Scientific classification
- Domain: Eukaryota
- Clade: Diaphoretickes
- Clade: SAR
- Clade: Rhizaria
- Phylum: Retaria
- Subphylum: Foraminifera
- Class: Globothalamea
- Order: Globigerinida
- Superfamily: Globigerinoidea Carpenter et al., 1862
- Families: Globigerinidae Carpenter et al., 1862 ; Hastigerinidae Bolli, Loeblich & Tappan, 1957 ;

= Globigerinoidea =

Superfamily of foraminifers

Globigerinoidea is a superfamily of free-living, calcareous, planktonic foraminiferal protists that have lived in the open ocean since the Eocene. It is part of the suborder Globigerinina.

Tests are trochospiral but later chambers may be enveloping. walls are perforate with numerous small pores or fewer larger ones and the surface may be covered with narrow elongate monocrystalline spines. Apertures vary in position from interiomarginal to equatorial and may be relatively large. Secondary apertures along the sutures may also be found. Two families are included, the Globigerinidae and Hastigerinidae.

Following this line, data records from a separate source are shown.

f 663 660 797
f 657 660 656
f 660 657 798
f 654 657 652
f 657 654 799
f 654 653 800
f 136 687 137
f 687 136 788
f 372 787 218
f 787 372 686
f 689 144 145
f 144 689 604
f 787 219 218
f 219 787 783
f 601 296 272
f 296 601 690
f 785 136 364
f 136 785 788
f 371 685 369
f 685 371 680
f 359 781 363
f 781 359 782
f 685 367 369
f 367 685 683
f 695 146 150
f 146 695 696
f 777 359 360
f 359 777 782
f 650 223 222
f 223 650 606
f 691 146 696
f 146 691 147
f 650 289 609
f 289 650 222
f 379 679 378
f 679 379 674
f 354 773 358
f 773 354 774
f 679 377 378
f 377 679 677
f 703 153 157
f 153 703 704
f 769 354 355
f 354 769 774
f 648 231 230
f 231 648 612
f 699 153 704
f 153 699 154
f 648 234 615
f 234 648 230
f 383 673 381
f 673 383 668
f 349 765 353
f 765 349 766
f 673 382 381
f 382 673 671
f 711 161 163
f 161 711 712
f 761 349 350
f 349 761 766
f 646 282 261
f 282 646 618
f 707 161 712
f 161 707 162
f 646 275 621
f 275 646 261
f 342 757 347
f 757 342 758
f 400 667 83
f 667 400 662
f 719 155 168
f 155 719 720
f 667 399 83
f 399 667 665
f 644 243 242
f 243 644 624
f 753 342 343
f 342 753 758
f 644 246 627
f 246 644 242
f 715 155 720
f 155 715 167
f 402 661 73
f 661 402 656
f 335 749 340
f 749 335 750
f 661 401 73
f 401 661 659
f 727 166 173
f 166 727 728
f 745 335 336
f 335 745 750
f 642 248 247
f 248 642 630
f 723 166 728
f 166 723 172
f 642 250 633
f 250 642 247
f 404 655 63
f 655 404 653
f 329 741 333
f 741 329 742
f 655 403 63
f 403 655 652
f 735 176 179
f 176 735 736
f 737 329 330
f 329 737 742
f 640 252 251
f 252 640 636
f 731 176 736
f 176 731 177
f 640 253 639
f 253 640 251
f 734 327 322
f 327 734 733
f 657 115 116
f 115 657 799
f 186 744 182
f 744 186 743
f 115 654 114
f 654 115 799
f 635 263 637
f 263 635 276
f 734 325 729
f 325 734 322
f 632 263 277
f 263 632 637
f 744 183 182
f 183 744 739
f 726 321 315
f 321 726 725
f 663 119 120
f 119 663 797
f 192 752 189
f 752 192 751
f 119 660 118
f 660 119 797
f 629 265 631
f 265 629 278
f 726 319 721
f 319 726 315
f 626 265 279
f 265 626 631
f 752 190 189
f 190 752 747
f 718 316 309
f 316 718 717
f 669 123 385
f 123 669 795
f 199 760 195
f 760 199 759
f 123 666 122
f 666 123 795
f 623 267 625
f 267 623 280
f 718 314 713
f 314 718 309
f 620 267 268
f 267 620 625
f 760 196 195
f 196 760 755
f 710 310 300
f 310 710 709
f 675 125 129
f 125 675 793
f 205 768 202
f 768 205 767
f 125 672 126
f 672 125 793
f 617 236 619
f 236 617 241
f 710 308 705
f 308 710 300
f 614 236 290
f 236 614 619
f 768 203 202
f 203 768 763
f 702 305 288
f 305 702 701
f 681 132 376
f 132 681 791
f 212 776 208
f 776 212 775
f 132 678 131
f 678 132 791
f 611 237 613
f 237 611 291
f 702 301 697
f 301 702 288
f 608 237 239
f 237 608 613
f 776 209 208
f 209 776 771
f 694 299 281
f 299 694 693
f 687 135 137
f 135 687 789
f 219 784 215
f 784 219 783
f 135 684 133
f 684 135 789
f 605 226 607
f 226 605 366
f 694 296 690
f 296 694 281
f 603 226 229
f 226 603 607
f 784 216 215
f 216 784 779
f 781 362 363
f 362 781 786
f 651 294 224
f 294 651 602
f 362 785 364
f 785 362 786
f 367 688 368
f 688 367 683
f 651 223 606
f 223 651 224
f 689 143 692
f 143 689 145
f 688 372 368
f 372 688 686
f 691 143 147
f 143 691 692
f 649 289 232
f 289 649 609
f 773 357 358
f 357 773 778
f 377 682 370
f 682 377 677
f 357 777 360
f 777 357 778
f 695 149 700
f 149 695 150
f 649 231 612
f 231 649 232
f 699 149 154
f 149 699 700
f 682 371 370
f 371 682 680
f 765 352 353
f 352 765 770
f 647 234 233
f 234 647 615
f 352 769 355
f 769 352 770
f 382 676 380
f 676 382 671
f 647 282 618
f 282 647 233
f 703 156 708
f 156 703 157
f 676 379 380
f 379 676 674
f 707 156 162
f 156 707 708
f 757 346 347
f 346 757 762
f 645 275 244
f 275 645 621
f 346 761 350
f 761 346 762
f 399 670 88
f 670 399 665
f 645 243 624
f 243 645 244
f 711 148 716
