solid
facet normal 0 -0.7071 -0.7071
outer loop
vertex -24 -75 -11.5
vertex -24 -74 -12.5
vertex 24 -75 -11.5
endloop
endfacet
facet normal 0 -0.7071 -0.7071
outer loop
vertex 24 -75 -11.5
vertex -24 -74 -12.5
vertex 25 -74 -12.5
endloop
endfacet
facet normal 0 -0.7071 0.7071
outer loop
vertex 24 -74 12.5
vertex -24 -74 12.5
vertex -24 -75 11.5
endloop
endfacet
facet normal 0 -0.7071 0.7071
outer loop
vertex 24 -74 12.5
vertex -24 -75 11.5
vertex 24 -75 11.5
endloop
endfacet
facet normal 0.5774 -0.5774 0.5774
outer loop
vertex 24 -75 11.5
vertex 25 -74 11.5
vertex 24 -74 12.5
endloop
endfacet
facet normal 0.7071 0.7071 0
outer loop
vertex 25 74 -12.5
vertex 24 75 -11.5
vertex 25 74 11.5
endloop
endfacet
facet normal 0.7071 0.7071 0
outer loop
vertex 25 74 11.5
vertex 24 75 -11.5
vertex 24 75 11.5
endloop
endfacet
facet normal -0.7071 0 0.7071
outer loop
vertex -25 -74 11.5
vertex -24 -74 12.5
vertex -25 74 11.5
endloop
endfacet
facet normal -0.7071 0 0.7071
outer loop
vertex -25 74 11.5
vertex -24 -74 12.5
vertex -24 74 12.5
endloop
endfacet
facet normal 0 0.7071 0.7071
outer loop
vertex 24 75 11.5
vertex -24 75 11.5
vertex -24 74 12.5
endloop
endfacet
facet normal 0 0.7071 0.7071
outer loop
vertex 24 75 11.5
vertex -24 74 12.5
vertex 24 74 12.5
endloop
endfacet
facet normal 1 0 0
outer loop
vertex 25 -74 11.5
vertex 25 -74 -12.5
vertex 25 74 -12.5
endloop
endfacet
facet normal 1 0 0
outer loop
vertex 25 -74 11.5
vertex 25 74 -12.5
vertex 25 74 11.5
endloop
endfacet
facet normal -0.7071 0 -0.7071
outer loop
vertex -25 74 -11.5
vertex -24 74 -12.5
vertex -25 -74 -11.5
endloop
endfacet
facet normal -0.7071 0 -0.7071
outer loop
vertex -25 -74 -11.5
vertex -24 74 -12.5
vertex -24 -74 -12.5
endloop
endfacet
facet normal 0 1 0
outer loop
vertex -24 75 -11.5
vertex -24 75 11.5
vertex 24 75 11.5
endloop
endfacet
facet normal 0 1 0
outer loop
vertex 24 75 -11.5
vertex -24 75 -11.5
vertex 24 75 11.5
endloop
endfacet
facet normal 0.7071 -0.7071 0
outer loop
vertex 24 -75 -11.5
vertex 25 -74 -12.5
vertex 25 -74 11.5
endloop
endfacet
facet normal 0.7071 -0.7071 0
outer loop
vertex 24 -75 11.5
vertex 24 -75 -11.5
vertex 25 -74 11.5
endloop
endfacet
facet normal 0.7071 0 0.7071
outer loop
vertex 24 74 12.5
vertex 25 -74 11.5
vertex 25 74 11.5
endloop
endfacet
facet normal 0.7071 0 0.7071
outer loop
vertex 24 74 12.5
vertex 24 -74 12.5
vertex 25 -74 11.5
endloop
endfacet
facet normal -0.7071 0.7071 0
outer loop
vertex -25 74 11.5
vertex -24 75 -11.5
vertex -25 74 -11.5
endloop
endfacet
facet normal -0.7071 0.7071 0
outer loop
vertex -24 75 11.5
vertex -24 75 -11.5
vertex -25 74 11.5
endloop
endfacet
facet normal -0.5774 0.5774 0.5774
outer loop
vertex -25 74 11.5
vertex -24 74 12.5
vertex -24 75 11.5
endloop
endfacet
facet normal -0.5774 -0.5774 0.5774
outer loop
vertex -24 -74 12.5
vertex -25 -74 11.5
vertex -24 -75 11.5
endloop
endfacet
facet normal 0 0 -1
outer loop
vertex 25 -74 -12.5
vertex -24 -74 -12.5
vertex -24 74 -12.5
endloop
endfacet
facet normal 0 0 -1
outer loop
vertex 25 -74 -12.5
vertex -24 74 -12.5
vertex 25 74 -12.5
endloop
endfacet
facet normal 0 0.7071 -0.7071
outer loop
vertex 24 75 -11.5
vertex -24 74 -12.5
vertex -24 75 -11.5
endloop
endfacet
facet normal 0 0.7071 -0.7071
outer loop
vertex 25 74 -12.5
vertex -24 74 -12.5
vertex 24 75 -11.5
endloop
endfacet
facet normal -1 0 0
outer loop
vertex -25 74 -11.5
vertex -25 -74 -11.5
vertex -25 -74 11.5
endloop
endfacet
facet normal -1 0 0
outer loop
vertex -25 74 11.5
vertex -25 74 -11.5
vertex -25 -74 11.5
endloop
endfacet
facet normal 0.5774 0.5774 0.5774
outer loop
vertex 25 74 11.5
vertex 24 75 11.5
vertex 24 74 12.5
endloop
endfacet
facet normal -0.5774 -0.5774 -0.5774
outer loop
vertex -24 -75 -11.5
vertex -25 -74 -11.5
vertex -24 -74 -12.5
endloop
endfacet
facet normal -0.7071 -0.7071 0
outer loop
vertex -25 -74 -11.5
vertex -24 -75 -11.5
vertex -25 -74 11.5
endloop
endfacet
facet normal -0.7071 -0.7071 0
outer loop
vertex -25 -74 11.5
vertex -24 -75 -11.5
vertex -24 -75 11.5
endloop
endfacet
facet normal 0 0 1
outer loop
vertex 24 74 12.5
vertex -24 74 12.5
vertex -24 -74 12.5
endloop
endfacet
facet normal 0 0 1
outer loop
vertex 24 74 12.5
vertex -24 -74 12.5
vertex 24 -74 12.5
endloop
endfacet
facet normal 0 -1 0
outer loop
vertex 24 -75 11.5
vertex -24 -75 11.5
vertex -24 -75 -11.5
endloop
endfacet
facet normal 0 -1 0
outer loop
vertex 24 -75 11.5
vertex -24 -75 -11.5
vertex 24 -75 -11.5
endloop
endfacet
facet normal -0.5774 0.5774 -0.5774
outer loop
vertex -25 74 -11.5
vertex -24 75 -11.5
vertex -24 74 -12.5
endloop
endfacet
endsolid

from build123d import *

# Parameters (mm, degrees)
F0_W     = 50
F0_H     = 25
F1_DEPTH = 75
F2_SIZE  = 1


with BuildPart() as f1:
    # F0 (on Front) → F1 (new body, symmetric)
    with BuildSketch(Plane.XZ):
        Rectangle(F0_W, F0_H)
    extrude(amount=F1_DEPTH, both=True)

    # F2
    f2_edges = [f1.edges().sort_by_distance(p)[0] for p in [
        (-25, 0, 12.5),
        (0, 75, 12.5),
        (25, 75, 0),
        (0, 75, -12.5),
        (-25, 75, 0),
        (-25, 0, -12.5),
        (25, 0, 12.5),
        (-25, -75, 0),
        (25, -75, 0),
        (0, -75, -12.5),
        (0, -75, 12.5),
    ]]
    chamfer(f2_edges, length=F2_SIZE)


solid = f1.part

The Globigerinacea, sensu Loeblich and Tappan, 1988, is essentially the Globigerinidae of Loeblich and Tappan, 1964, even though reduced in size. The Globigerinidae (L&T 1964) has a longer range, extending from the Late Cretaceous (Maastrichtian) because of the inclusion of Globorotalioides which has been moved to the Globorataliacea as Eoglobiberina. Four subfamilies are included in the Globigerinidae (L&T 1964), the Globigerininae, Sphaeroidinellinae, Capsydracinae, and Obitoidinae. The Globigerinindae is now the Globigerinidae as emended. The Sphaeroidinellinae have been incorporated into the Globigerininae, sensu Loeblich and Tappan 1988. The Capsydracinae and Obitoidinae have been removed to the Globorotaliacea, respectively as the Capsydrancidae and Candeinidae.